Bu sözler, aslında ulusal marşımızın bana aktardığıdır. Evet, Kırım Halk Cumhuriyeti’nin ulusal marşından Ant Etkenmen (Ant etmişim) esinlendiğim fikirlerdir. Sözleri ise şair ve yazar, Kırım Tatar Demokratik Cumhuriyeti Başbakanlığı görevlerinde bulunan ve 1918 yılında Bolşeviklerce şehit edilen Numan Çelebi Cihan’a aittir.

Ulusal marşımızda da söylendiği gibi, ‘Gene bir gün mezarcılar gelir beni gömmeye’. O mezarcılar geldi ve bu satırın yazarını şehit ettiler, ama gömmediler, cesedini denize attılar… Çırpınırdın hey Karadeniz. Sen mezar oldun Çelebi Cihan'a. ‘Nasıl bolsun bu zavallı qardaşlarım çürüsün’, daha ne zamana kadar sürecek bu baskılar?

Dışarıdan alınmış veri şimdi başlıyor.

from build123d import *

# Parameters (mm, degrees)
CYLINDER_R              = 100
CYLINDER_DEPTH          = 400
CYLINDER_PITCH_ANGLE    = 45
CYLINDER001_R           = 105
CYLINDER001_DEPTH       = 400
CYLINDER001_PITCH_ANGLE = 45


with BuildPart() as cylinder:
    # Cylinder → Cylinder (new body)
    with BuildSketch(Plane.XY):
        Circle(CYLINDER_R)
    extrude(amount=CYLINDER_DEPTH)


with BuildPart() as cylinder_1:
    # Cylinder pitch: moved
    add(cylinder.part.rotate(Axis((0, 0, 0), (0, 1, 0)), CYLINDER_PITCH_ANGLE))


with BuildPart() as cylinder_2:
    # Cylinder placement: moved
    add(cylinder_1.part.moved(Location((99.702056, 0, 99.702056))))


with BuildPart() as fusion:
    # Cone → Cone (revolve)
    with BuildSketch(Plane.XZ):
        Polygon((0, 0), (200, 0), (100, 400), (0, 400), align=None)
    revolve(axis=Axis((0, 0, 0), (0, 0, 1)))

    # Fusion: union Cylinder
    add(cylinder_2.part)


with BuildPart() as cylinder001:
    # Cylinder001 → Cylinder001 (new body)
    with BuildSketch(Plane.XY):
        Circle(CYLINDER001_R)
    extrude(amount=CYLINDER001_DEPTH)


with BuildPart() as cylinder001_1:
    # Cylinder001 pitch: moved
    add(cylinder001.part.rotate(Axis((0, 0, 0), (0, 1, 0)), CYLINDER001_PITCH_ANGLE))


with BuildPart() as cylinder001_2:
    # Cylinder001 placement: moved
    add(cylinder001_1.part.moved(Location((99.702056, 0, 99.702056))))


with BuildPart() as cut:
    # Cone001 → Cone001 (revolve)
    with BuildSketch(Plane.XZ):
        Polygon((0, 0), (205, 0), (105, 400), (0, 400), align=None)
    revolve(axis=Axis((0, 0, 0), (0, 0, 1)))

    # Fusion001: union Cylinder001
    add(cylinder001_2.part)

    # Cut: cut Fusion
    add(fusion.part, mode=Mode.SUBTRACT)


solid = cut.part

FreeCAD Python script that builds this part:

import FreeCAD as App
import Part
import Sketcher
Q = App.Units.Quantity

doc = App.newDocument("Part")
params = doc.addObject("Spreadsheet::Sheet", "Params")
for row, (alias, value) in enumerate([
    ("sketch1_diameter", "200 mm"),
    ("pad1_length", "400 mm"),
    ("sketch2_width", "200 mm"),
    ("sketch2_width2", "100 mm"),
    ("sketch2_height", "400 mm"),
    ("revolution_angle", "360 deg"),
    ("sketch3_diameter", "210 mm"),
    ("pad2_length", "400 mm"),
    ("sketch4_width", "205 mm"),
    ("sketch4_width2", "105 mm"),
    ("sketch4_height", "400 mm"),
    ("revolution2_angle", "360 deg"),
], start=1):
    params.set(f"A{row}", alias)
    params.set(f"B{row}", "=" + value)
    params.setAlias(f"B{row}", alias)

body = doc.addObject("PartDesign::Body", "Body")

# Sketch on XY plane
sketch1 = body.newObject("Sketcher::SketchObject", "Sketch")
sketch1.AttachmentSupport = (doc.getObject("XY_Plane"), [""])
sketch1.MapMode = "FlatFace"
sketch1.addGeometry(Part.Circle(App.Vector(0, 0, 0), App.Vector(0, 0, 1), 100), False)
sketch1.addConstraint(Sketcher.Constraint("Coincident", 0, 3, -1, 1))
sketch1.addConstraint(Sketcher.Constraint("Diameter", 0, Q("200 mm")))
sketch1.setExpression("Constraints[1]", "Params.sketch1_diameter")
pad1 = body.newObject("PartDesign::Pad", "Pad")
pad1.Profile = sketch1
pad1.setExpression("Length", "Params.pad1_length")
body2 = doc.addObject("PartDesign::Body", "Body001")
doc.recompute()

body.Placement = App.Placement(App.Vector(0, 0, 0), App.Rotation(App.Vector(0, 1, 0), 45))
boolean = body2.newObject("PartDesign::Boolean", "Boolean")
boolean.Type = "Fuse"
boolean.addObjects([body])
body3 = doc.addObject("PartDesign::Body", "Body002")
doc.recompute()

body2.Placement = App.Placement(App.Vector(99.702056, 0, 99.702056), App.Rotation(App.Vector(0, 0, 1), 0))
boolean2 = body3.newObject("PartDesign::Boolean", "Boolean001")
boolean2.Type = "Fuse"
boolean2.addObjects([body2])
body4 = doc.addObject("PartDesign::Body", "Body003")

# Sketch on XZ plane
sketch2 = body4.newObject("Sketcher::SketchObject", "Sketch001")
sketch2.AttachmentSupport = (doc.getObject("XZ_Plane003"), [""])
sketch2.MapMode = "FlatFace"
sketch2.addGeometry(Part.LineSegment(App.Vector(0, 0, 0), App.Vector(200, 0, 0)), False)
sketch2.addGeometry(Part.LineSegment(App.Vector(200, 0, 0), App.Vector(100, 400, 0)), False)
sketch2.addGeometry(Part.LineSegment(App.Vector(100, 400, 0), App.Vector(0, 400, 0)), False)
sketch2.addGeometry(Part.LineSegment(App.Vector(0, 400, 0), App.Vector(0, 0, 0)), False)
sketch2.addConstraint(Sketcher.Constraint("Coincident", 0, 2, 1, 1))
sketch2.addConstraint(Sketcher.Constraint("Coincident", 1, 2, 2, 1))
sketch2.addConstraint(Sketcher.Constraint("Coincident", 2, 2, 3, 1))
sketch2.addConstraint(Sketcher.Constraint("Coincident", 3, 2, 0, 1))
sketch2.addConstraint(Sketcher.Constraint("Horizontal", 0))
sketch2.addConstraint(Sketcher.Constraint("Horizontal", 2))
sketch2.addConstraint(Sketcher.Constraint("Vertical", 3))
sketch2.addConstraint(Sketcher.Constraint("Coincident", 3, 2, -1, 1))
sketch2.addConstraint(Sketcher.Constraint("DistanceX", 0, 1, 0, 2, Q("200 mm")))
sketch2.addConstraint(Sketcher.Constraint("DistanceX", 2, 2, 2, 1, Q("100 mm")))
sketch2.addConstraint(Sketcher.Constraint("DistanceY", 3, 2, 3, 1, Q("400 mm")))
sketch2.setExpression("Constraints[8]", "Params.sketch2_width")
sketch2.setExpression("Constraints[9]", "Params.sketch2_width2")
sketch2.setExpression("Constraints[10]", "Params.sketch2_height")
revolution = body4.newObject("PartDesign::Revolution", "Revolution")
revolution.Profile = sketch2
revolution.ReferenceAxis = (sketch2, ["V_Axis"])
revolution.setExpression("Angle", "Params.revolution_angle")
doc.recompute()

boolean3 = body4.newObject("PartDesign::Boolean", "Boolean002")
boolean3.Type = "Fuse"
boolean3.addObjects([body3])
body5 = doc.addObject("PartDesign::Body", "Body004")

# Sketch on XY plane
sketch3 = body5.newObject("Sketcher::SketchObject", "Sketch002")
sketch3.AttachmentSupport = (doc.getObject("XY_Plane004"), [""])
sketch3.MapMode = "FlatFace"
sketch3.addGeometry(Part.Circle(App.Vector(0, 0, 0), App.Vector(0, 0, 1), 105), False)
sketch3.addConstraint(Sketcher.Constraint("Coincident", 0, 3, -1, 1))
sketch3.addConstraint(Sketcher.Constraint("Diameter", 0, Q("210 mm")))
sketch3.setExpression("Constraints[1]", "Params.sketch3_diameter")
pad2 = body5.newObject("PartDesign::Pad", "Pad001")
pad2.Profile = sketch3
pad2.setExpression("Length", "Params.pad2_length")
body6 = doc.addObject("PartDesign::Body", "Body005")
doc.recompute()

body5.Placement = App.Placement(App.Vector(0, 0, 0), App.Rotation(App.Vector(0, 1, 0), 45))
boolean4 = body6.newObject("PartDesign::Boolean", "Boolean003")
boolean4.Type = "Fuse"
boolean4.addObjects([body5])
body7 = doc.addObject("PartDesign::Body", "Body006")
doc.recompute()

body6.Placement = App.Placement(App.Vector(99.702056, 0, 99.702056), App.Rotation(App.Vector(0, 0, 1), 0))
boolean5 = body7.newObject("PartDesign::Boolean", "Boolean004")
boolean5.Type = "Fuse"
boolean5.addObjects([body6])
body8 = doc.addObject("PartDesign::Body", "Body007")

# Sketch on XZ plane
sketch4 = body8.newObject("Sketcher::SketchObject", "Sketch003")
sketch4.AttachmentSupport = (doc.getObject("XZ_Plane007"), [""])
sketch4.MapMode = "FlatFace"
sketch4.addGeometry(Part.LineSegment(App.Vector(0, 0, 0), App.Vector(205, 0, 0)), False)
sketch4.addGeometry(Part.LineSegment(App.Vector(205, 0, 0), App.Vector(105, 400, 0)), False)
sketch4.addGeometry(Part.LineSegment(App.Vector(105, 400, 0), App.Vector(0, 400, 0)), False)
sketch4.addGeometry(Part.LineSegment(App.Vector(0, 400, 0), App.Vector(0, 0, 0)), False)
sketch4.addConstraint(Sketcher.Constraint("Coincident", 0, 2, 1, 1))
sketch4.addConstraint(Sketcher.Constraint("Coincident", 1, 2, 2, 1))
sketch4.addConstraint(Sketcher.Constraint("Coincident", 2, 2, 3, 1))
sketch4.addConstraint(Sketcher.Constraint("Coincident", 3, 2, 0, 1))
sketch4.addConstraint(Sketcher.Constraint("Horizontal", 0))
sketch4.addConstraint(Sketcher.Constraint("Horizontal", 2))
sketch4.addConstraint(Sketcher.Constraint("Vertical", 3))
sketch4.addConstraint(Sketcher.Constraint("Coincident", 3, 2, -1, 1))
sketch4.addConstraint(Sketcher.Constraint("DistanceX", 0, 1, 0, 2, Q("205 mm")))
sketch4.addConstraint(Sketcher.Constraint("DistanceX", 2, 2, 2, 1, Q("105 mm")))
sketch4.addConstraint(Sketcher.Constraint("DistanceY", 3, 2, 3, 1, Q("400 mm")))
sketch4.setExpression("Constraints[8]", "Params.sketch4_width")
sketch4.setExpression("Constraints[9]", "Params.sketch4_width2")
sketch4.setExpression("Constraints[10]", "Params.sketch4_height")
revolution2 = body8.newObject("PartDesign::Revolution", "Revolution001")
revolution2.Profile = sketch4
revolution2.ReferenceAxis = (sketch4, ["V_Axis"])
revolution2.setExpression("Angle", "Params.revolution2_angle")
doc.recompute()

boolean6 = body8.newObject("PartDesign::Boolean", "Boolean005")
boolean6.Type = "Fuse"
boolean6.addObjects([body7])
doc.recompute()

boolean7 = body8.newObject("PartDesign::Boolean", "Boolean006")
boolean7.Type = "Cut"
boolean7.addObjects([body4])

doc.recompute()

Zengin hayat hikâyesine sahip olan Numan Çelebi Cihan, yaşamı boyu Kırım Türkleri için mücadeleden asla taviz vermeyen ve geri durmayan bir devlet büyüğümüzdür. Şair ve yazarlık kişiliği ile beraber siyasi kimliği ile de Kırım Tatarı için savaşan Çelebi Cihan ve dava arkadaşları, 1917 yılında Kırım Ahali Cumhuriyeti’ni ilan ettikten sonra Milli Hükûmetin Başbakanı ve Adalet Bakanı seçilir. Fakat ‘mezarcılar’ bugün olduğu gibi yine de rahat durmaz, istemez Kırım’ın yükselişini, bağımsızlığını. Kırım’ı işgal eder, Numan Çelebi Cihan’ı yakalamak için tuzaklar kurar. Barış görüşmesi bahanesiyle davet edilip tutuklanan Numan Çelebi Cihan, 23 Şubat 1918 yılında Akyar Hapishanesi'nde şehit edilir ve cesedi Karadeniz’e atılır.

Kabri Karadeniz olan Başbakanım, mezarın nurla dolsun!